Prothrombin gene G20210A mutation in acute deep venous thrombosis patients with poor response to warfarin therapy.

作者信息

Attia F M, Mikhailidis D P, Reffat S A

机构信息

Department of Clinical Pathology, Faculty of Medicine, Suez Canal University, Ismailia, Egypt.

出版信息

Open Cardiovasc Med J. 2009 Oct 21;3:147-51. doi: 10.2174/1874192400903010147.

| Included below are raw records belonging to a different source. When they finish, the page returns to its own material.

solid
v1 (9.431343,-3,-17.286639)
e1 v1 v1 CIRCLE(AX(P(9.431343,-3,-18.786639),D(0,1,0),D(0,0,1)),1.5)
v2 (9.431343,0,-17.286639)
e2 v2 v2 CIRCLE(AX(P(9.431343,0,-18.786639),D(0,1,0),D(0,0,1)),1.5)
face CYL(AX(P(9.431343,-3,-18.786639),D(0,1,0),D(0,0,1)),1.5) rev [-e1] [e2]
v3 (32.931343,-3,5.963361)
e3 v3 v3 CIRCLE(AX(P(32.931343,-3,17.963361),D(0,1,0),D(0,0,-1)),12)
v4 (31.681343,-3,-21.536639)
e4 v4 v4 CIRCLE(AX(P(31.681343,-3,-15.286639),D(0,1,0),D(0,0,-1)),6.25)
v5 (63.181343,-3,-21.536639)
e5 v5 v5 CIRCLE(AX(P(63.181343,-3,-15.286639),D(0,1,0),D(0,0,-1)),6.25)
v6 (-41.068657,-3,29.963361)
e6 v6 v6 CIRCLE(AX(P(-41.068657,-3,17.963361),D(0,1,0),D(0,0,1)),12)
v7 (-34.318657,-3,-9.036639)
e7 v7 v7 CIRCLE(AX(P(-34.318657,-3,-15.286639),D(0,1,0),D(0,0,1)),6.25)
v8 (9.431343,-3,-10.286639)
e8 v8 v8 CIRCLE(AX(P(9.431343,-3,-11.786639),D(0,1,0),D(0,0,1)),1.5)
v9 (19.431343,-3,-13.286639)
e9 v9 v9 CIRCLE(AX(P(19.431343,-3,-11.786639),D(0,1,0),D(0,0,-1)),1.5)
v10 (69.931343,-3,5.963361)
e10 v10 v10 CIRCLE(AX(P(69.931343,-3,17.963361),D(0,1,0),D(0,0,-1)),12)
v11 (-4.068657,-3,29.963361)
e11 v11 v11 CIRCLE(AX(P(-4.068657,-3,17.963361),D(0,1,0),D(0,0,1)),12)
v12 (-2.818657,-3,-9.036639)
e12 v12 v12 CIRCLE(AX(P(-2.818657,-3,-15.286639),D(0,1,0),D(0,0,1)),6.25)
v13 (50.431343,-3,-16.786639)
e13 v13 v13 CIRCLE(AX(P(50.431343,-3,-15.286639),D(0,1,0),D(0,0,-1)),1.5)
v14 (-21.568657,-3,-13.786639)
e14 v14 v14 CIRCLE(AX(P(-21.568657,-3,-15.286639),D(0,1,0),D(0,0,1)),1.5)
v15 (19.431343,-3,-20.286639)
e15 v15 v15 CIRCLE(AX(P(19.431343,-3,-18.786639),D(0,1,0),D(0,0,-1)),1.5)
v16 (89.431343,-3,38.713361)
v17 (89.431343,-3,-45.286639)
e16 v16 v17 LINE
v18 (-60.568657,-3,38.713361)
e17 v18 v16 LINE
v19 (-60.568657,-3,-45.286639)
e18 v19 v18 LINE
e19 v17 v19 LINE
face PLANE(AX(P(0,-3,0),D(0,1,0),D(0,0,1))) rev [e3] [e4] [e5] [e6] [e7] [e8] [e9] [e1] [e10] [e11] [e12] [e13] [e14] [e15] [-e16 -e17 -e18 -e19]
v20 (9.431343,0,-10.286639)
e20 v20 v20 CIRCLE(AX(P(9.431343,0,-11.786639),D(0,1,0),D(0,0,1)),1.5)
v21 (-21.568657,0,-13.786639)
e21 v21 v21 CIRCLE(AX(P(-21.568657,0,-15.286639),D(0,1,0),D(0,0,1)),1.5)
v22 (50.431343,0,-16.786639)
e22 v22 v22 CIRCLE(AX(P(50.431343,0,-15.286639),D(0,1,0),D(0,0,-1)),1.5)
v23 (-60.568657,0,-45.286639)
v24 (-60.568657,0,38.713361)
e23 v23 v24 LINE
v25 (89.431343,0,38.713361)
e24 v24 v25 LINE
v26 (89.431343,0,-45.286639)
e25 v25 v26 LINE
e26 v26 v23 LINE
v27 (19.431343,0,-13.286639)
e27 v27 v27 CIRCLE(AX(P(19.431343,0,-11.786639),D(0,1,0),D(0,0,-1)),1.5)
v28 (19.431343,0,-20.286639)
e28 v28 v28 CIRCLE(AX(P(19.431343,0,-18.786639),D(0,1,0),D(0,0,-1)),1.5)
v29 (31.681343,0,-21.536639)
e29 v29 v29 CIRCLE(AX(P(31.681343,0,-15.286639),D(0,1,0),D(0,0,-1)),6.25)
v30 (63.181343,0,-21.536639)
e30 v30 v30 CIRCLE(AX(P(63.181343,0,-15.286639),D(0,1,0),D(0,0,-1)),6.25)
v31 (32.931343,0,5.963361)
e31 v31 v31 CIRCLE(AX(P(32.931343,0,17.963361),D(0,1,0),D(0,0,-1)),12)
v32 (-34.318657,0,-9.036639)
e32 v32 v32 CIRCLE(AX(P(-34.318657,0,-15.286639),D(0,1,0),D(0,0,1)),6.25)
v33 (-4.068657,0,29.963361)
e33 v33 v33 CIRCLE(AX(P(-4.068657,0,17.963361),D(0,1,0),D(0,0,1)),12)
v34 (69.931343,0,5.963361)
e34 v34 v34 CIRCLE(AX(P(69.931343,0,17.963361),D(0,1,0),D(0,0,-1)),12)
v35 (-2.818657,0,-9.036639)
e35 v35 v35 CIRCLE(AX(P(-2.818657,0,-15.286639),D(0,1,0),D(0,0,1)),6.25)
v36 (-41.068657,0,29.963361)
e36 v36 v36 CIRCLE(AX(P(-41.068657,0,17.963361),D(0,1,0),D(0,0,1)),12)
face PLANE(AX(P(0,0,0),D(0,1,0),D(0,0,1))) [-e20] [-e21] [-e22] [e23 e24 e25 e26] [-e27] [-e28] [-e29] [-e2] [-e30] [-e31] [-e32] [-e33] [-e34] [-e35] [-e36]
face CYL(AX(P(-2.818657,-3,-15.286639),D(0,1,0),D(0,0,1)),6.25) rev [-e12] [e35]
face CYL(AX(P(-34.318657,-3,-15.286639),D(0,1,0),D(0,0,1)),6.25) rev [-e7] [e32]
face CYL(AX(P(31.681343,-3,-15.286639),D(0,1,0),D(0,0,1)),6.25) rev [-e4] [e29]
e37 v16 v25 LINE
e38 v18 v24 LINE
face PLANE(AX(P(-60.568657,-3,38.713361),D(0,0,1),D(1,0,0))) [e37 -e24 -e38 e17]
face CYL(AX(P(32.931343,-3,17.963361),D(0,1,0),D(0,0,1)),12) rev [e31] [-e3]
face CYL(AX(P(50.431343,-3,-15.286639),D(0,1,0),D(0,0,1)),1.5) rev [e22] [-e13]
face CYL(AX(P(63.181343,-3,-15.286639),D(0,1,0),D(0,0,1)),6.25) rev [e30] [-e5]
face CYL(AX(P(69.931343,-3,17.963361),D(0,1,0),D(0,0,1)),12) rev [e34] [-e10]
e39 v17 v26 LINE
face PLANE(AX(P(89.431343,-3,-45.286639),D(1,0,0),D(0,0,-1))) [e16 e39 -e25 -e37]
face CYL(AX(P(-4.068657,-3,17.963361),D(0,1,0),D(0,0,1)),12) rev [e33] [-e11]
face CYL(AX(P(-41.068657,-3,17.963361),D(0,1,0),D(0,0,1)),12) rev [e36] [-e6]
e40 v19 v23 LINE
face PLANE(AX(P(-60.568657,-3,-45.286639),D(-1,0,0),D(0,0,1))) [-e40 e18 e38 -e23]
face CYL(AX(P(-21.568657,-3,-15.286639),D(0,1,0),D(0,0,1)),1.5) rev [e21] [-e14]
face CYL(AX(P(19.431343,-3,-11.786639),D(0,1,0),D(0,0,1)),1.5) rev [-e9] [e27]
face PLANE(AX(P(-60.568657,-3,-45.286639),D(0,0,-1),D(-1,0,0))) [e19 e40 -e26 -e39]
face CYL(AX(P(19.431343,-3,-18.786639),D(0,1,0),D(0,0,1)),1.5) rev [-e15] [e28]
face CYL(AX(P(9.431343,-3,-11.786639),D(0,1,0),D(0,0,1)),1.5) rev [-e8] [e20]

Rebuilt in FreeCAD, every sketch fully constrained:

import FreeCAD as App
import Part
import Sketcher

V = App.Vector
Q = App.Units.Quantity


def add_polygon(sketch, points):
    """Adds a closed chain of lines whose ends are joined by coincident constraints."""
    first, n = sketch.GeometryCount, len(points)
    for a, b in zip(points, points[1:] + points[:1]):
        sketch.addGeometry(Part.LineSegment(App.Vector(*a, 0), App.Vector(*b, 0)), False)
    for i in range(n):
        sketch.addConstraint(Sketcher.Constraint("Coincident", first + i, 2, first + (i + 1) % n, 1))

doc = App.newDocument("Part")
body = doc.addObject("PartDesign::Body", "Body")

# Sketch on XZ plane
sketch1 = body.newObject("Sketcher::SketchObject", "Sketch")
sketch1.AttachmentSupport = (doc.getObject("XZ_Plane"), [""])
sketch1.MapMode = "FlatFace"
add_polygon(sketch1, [(-60.6, -45.3), (-60.6, 38.7), (89.4, 38.7), (89.4, -45.3)])  # lines 0-3
sketch1.addGeometry(Part.Circle(V(-41.1, 18, 0), V(0, 0, 1), 12), False)  # 4
sketch1.addGeometry(Part.Circle(V(-4.1, 18, 0), V(0, 0, 1), 12), False)  # 5
sketch1.addGeometry(Part.Circle(V(32.9, 18, 0), V(0, 0, 1), 12), False)  # 6
sketch1.addGeometry(Part.Circle(V(69.9, 18, 0), V(0, 0, 1), 12), False)  # 7
sketch1.addGeometry(Part.Circle(V(-34.3, -15.3, 0), V(0, 0, 1), 6.2), False)  # 8
sketch1.addGeometry(Part.Circle(V(-21.6, -15.3, 0), V(0, 0, 1), 1.5), False)  # 9
sketch1.addGeometry(Part.Circle(V(9.4, -11.8, 0), V(0, 0, 1), 1.5), False)  # 10
sketch1.addGeometry(Part.Circle(V(-2.8, -15.3, 0), V(0, 0, 1), 6.2), False)  # 11
sketch1.addGeometry(Part.Circle(V(9.4, -18.8, 0), V(0, 0, 1), 1.5), False)  # 12
sketch1.addGeometry(Part.Circle(V(19.4, -11.8, 0), V(0, 0, 1), 1.5), False)  # 13
sketch1.addGeometry(Part.Circle(V(19.4, -18.8, 0), V(0, 0, 1), 1.5), False)  # 14
sketch1.addGeometry(Part.Circle(V(31.7, -15.3, 0), V(0, 0, 1), 6.2), False)  # 15
sketch1.addGeometry(Part.Circle(V(50.4, -15.3, 0), V(0, 0, 1), 1.5), False)  # 16
sketch1.addGeometry(Part.Circle(V(63.2, -15.3, 0), V(0, 0, 1), 6.2), False)  # 17
sketch1.addConstraint([
    Sketcher.Constraint("Vertical", 0),
    Sketcher.Constraint("Horizontal", 1),
    Sketcher.Constraint("Vertical", 2),
    Sketcher.Constraint("Horizontal", 3),
    Sketcher.Constraint("Equal", 4, 5),
    Sketcher.Constraint("Equal", 5, 6),
    Sketcher.Constraint("Equal", 6, 7),
    Sketcher.Constraint("Equal", 9, 10),
    Sketcher.Constraint("Equal", 8, 11),
    Sketcher.Constraint("Equal", 10, 12),
    Sketcher.Constraint("Equal", 12, 13),
    Sketcher.Constraint("Equal", 13, 14),
    Sketcher.Constraint("Equal", 11, 15),
    Sketcher.Constraint("Equal", 14, 16),
    Sketcher.Constraint("Equal", 15, 17),
    Sketcher.Constraint("Horizontal", 4, 3, 5, 3),
    Sketcher.Constraint("Horizontal", 5, 3, 6, 3),
    Sketcher.Constraint("Horizontal", 6, 3, 7, 3),
    Sketcher.Constraint("Horizontal", 8, 3, 9, 3),
    Sketcher.Constraint("Horizontal", 9, 3, 11, 3),
    Sketcher.Constraint("Horizontal", 10, 3, 13, 3),
    Sketcher.Constraint("Horizontal", 12, 3, 14, 3),
    Sketcher.Constraint("Horizontal", 11, 3, 15, 3),
    Sketcher.Constraint("Horizontal", 15, 3, 16, 3),
    Sketcher.Constraint("Horizontal", 16, 3, 17, 3),
    Sketcher.Constraint("Vertical", 10, 3, 12, 3),
    Sketcher.Constraint("Vertical", 13, 3, 14, 3),
    Sketcher.Constraint("Diameter", 4, Q("24 mm")),
    Sketcher.Constraint("Diameter", 9, Q("3 mm")),
    Sketcher.Constraint("Diameter", 8, Q("12.5 mm")),
    Sketcher.Constraint("DistanceX", 1, 1, 1, 2, Q("150 mm")),
    Sketcher.Constraint("DistanceY", 0, 1, 0, 2, Q("84 mm")),
    Sketcher.Constraint("DistanceX", 4, 3, 5, 3, Q("37 mm")),
    Sketcher.Constraint("DistanceX", 5, 3, 6, 3, Q("37 mm")),
    Sketcher.Constraint("DistanceX", 6, 3, 7, 3, Q("37 mm")),
    Sketcher.Constraint("DistanceX", 9, 3, 10, 3, Q("31 mm")),
    Sketcher.Constraint("DistanceY", 12, 3, 10, 3, Q("7 mm")),
    Sketcher.Constraint("DistanceX", 10, 3, 13, 3, Q("10 mm")),
    Sketcher.Constraint("DistanceX", 13, 3, 16, 3, Q("31 mm")),
    Sketcher.Constraint("DistanceY", 8, 3, 0, 2, Q("54 mm")),
    Sketcher.Constraint("DistanceX", 0, 2, 9, 3, Q("39 mm")),
    Sketcher.Constraint("DistanceX", 9, 3, 5, 3, Q("17.5 mm")),
    Sketcher.Constraint("DistanceY", 9, 3, 10, 3, Q("3.5 mm")),
    Sketcher.Constraint("DistanceX", 8, 3, 11, 3, Q("31.5 mm")),
    Sketcher.Constraint("DistanceX", 15, 3, 17, 3, Q("31.5 mm")),
    Sketcher.Constraint("DistanceX", 4, 3, 8, 3, Q("6.75 mm")),
    Sketcher.Constraint("DistanceY", 8, 3, 4, 3, Q("33.25 mm")),
    Sketcher.Constraint("DistanceX", 13, 3, 15, 3, Q("12.25 mm")),
    Sketcher.Constraint("DistanceY", -1, 1, 4, 3, Q("17.963361 mm")),
    Sketcher.Constraint("DistanceX", 4, 3, -1, 1, Q("41.068657 mm")),
])
pad1 = body.newObject("PartDesign::Pad", "Pad")
pad1.Profile = sketch1
pad1.Length = 3

doc.recompute()
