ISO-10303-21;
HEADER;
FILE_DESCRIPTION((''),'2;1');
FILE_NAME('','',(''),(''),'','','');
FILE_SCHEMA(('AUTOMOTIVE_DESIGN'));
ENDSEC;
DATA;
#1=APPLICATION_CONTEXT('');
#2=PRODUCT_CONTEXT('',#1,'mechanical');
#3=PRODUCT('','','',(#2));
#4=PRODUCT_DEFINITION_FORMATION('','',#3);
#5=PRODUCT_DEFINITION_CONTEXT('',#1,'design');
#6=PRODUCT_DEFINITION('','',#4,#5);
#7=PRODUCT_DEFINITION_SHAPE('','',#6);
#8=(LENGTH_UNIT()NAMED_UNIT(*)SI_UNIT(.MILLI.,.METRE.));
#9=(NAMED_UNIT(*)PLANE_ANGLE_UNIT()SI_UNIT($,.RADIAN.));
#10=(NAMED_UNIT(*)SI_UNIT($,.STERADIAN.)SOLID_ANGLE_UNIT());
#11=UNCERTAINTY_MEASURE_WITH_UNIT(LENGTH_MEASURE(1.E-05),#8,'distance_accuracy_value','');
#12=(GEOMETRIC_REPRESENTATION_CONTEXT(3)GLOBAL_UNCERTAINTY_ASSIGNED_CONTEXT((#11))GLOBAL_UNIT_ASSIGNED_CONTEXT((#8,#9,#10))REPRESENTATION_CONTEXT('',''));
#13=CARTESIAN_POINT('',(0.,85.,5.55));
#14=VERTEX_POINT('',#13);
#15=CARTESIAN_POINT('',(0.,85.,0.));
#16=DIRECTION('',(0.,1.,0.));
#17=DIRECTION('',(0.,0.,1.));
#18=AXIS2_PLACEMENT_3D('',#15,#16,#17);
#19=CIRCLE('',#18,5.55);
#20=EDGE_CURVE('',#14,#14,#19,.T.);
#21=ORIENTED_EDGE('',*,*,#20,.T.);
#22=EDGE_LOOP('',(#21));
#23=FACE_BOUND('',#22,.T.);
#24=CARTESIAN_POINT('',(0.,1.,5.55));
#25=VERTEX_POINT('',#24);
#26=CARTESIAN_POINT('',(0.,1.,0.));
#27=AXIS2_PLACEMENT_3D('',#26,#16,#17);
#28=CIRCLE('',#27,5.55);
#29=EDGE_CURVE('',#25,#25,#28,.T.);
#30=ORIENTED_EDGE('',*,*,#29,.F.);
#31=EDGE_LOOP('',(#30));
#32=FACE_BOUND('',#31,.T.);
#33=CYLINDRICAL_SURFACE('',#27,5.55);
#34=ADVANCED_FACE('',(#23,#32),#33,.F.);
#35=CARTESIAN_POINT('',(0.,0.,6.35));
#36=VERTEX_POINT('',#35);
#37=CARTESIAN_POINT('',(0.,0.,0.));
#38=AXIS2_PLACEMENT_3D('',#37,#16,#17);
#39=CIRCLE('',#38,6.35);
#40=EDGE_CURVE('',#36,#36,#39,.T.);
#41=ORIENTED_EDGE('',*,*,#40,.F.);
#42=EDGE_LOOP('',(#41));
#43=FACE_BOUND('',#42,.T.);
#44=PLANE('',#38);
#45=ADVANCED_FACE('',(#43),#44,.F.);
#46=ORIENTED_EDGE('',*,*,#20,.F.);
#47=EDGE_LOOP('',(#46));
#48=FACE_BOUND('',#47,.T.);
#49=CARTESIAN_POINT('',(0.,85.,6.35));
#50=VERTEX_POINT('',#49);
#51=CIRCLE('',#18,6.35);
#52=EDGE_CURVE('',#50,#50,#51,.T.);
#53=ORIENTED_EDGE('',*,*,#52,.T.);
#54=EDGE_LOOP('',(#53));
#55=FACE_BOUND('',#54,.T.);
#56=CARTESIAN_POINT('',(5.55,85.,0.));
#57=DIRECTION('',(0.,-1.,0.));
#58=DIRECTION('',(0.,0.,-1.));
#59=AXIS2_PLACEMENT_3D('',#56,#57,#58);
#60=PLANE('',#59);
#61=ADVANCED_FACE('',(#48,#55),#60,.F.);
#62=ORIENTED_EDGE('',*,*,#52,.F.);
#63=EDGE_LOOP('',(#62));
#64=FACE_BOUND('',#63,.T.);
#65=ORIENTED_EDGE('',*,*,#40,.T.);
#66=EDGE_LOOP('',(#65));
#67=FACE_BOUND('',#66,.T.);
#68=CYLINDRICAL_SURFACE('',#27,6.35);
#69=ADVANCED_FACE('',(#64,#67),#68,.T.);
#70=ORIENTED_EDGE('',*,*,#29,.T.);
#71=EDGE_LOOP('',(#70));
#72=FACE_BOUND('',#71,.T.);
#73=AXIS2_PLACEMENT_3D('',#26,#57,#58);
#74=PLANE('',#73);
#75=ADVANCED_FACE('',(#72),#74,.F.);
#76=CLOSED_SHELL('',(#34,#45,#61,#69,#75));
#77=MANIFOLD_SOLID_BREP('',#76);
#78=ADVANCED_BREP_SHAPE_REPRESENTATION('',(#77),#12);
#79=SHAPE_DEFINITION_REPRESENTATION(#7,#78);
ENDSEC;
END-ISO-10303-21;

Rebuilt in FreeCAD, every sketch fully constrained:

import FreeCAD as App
import Part
import Sketcher
from FreeCAD import Vector
Q = App.Units.Quantity

doc = App.newDocument("Part")
params = doc.addObject("Spreadsheet::Sheet", "Params")
for row, (alias, value) in enumerate([
    ("sketch1_height", "85 mm"),
    ("sketch1_height2", "84 mm"),
    ("sketch1_width", "0.8 mm"),
    ("sketch1_width2", "6.35 mm"),
    ("revolution_angle", "360 deg"),
], start=1):
    params.set(f"A{row}", alias)
    params.set(f"B{row}", "=" + value)
    params.setAlias(f"B{row}", alias)

body = doc.addObject("PartDesign::Body", "Body")

# Sketch on XY plane
sketch1 = doc.addObject("Sketcher::SketchObject", "Sketch")
body.addObject(sketch1)
sketch1.AttachmentSupport = (doc.XY_Plane, [""])
sketch1.MapMode = "FlatFace"
sketch1.addGeometry(Part.LineSegment(Vector(0, 0, 0), Vector(6.3, 0, 0)), False)
sketch1.addGeometry(Part.LineSegment(Vector(6.3, 0, 0), Vector(6.3, 85, 0)), False)
sketch1.addGeometry(Part.LineSegment(Vector(6.3, 85, 0), Vector(5.5, 85, 0)), False)
sketch1.addGeometry(Part.LineSegment(Vector(5.5, 85, 0), Vector(5.5, 1, 0)), False)
sketch1.addGeometry(Part.LineSegment(Vector(5.5, 1, 0), Vector(0, 1, 0)), False)
sketch1.addGeometry(Part.LineSegment(Vector(0, 1, 0), Vector(0, 0, 0)), False)
sketch1.addConstraint(Sketcher.Constraint("Coincident", 0, 2, 1, 1))
sketch1.addConstraint(Sketcher.Constraint("Coincident", 1, 2, 2, 1))
sketch1.addConstraint(Sketcher.Constraint("Coincident", 2, 2, 3, 1))
sketch1.addConstraint(Sketcher.Constraint("Coincident", 3, 2, 4, 1))
sketch1.addConstraint(Sketcher.Constraint("Coincident", 4, 2, 5, 1))
sketch1.addConstraint(Sketcher.Constraint("Coincident", 5, 2, 0, 1))
sketch1.addConstraint(Sketcher.Constraint("Horizontal", 0))
sketch1.addConstraint(Sketcher.Constraint("Vertical", 1))
sketch1.addConstraint(Sketcher.Constraint("Horizontal", 2))
sketch1.addConstraint(Sketcher.Constraint("Vertical", 3))
sketch1.addConstraint(Sketcher.Constraint("Horizontal", 4))
sketch1.addConstraint(Sketcher.Constraint("Vertical", 5))
sketch1.addConstraint(Sketcher.Constraint("Coincident", 5, 2, -1, 1))
sketch1.addConstraint(Sketcher.Constraint("DistanceY", 1, 1, 1, 2, Q("85 mm")))
sketch1.addConstraint(Sketcher.Constraint("DistanceY", 3, 2, 3, 1, Q("84 mm")))
sketch1.addConstraint(Sketcher.Constraint("DistanceX", 2, 2, 2, 1, Q("0.8 mm")))
sketch1.addConstraint(Sketcher.Constraint("DistanceX", 0, 1, 0, 2, Q("6.35 mm")))
sketch1.setExpression("Constraints[13]", "Params.sketch1_height")
sketch1.setExpression("Constraints[14]", "Params.sketch1_height2")
sketch1.setExpression("Constraints[15]", "Params.sketch1_width")
sketch1.setExpression("Constraints[16]", "Params.sketch1_width2")
revolution = doc.addObject("PartDesign::Revolution", "Revolution")
body.addObject(revolution)
revolution.Profile = sketch1
revolution.ReferenceAxis = (sketch1, ["V_Axis"])
revolution.setExpression("Angle", "Params.revolution_angle")

doc.recompute()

DOI:10.2174/1874192400903010147
PMID:19920886
原文链接:https://pmc.ncbi.nlm.nih.gov/articles/PMC2778014/
Abstract

AIM

The pathogenesis of deep venous thrombosis (DVT) involves an interaction between hereditary and acquired factors. Prothrombin gene mutation is one of the hereditary risk factors. We evaluated the frequency of the prothrombin gene mutation in patients with DVT and its relation to oral warfarin anticoagulant therapy response.

METHODS

Prothrombin gene mutation was looked for in 40 DVT patients with poor response to warfarin. The results were compared with 40 DVT patients with a normal response to warfarin and 30 healthy blood donors. Blood samples were also assessed for protein C, protein S, anti-thrombin III and anticardiolipin antibodies (ACA) levels.

RESULTS

Prothrombin gene mutation was found in normal and poor DVT responders (6/40 and 13/40, respectively; p = NS) as well as in healthy controls (1/30). Patients with recurrent DVT or a family history of DVT were significantly (p<0.0001) more likely to have the prothrombin mutation than other DVT patients. Non prothrombin abnormalities (protein C, anti-thrombin III and ACA) were more common in poor responders than controls (p<0.0037) as were ACA (p<0.034).

CONCLUSIONS

Prothrombin gene mutation is present in several DVT patients, especially those with recurrent DVT or a family history of DVT. This mutation may contribute to a poor response to warfarin.

摘要

目的

深静脉血栓形成(DVT)的发病机制涉及遗传因素与后天因素之间的相互作用。凝血酶原基因突变是遗传危险因素之一。我们评估了DVT患者中凝血酶原基因突变的频率及其与口服华法林抗凝治疗反应的关系。

方法

在40例对华法林反应不佳的DVT患者中寻找凝血酶原基因突变。将结果与40例对华法林反应正常的DVT患者和30名健康献血者进行比较。还对血样进行了蛋白C、蛋白S、抗凝血酶III和抗心磷脂抗体(ACA)水平的评估。

结果

在对华法林反应正常和不佳的DVT患者中均发现了凝血酶原基因突变(分别为6/40和13/40;p =无显著性差异),在健康对照者中也有发现(1/30)。与其他DVT患者相比,复发性DVT患者或有DVT家族史的患者发生凝血酶原突变的可能性显著更高(p<0.0001)。非凝血酶原异常(蛋白C、抗凝血酶III和ACA)在反应不佳者中比对照组更常见(p<0.0037),ACA也是如此(p<0.034)。

结论

凝血酶原基因突变存在于一些DVT患者中,尤其是那些有复发性DVT或DVT家族史的患者。这种突变可能导致对华法林反应不佳。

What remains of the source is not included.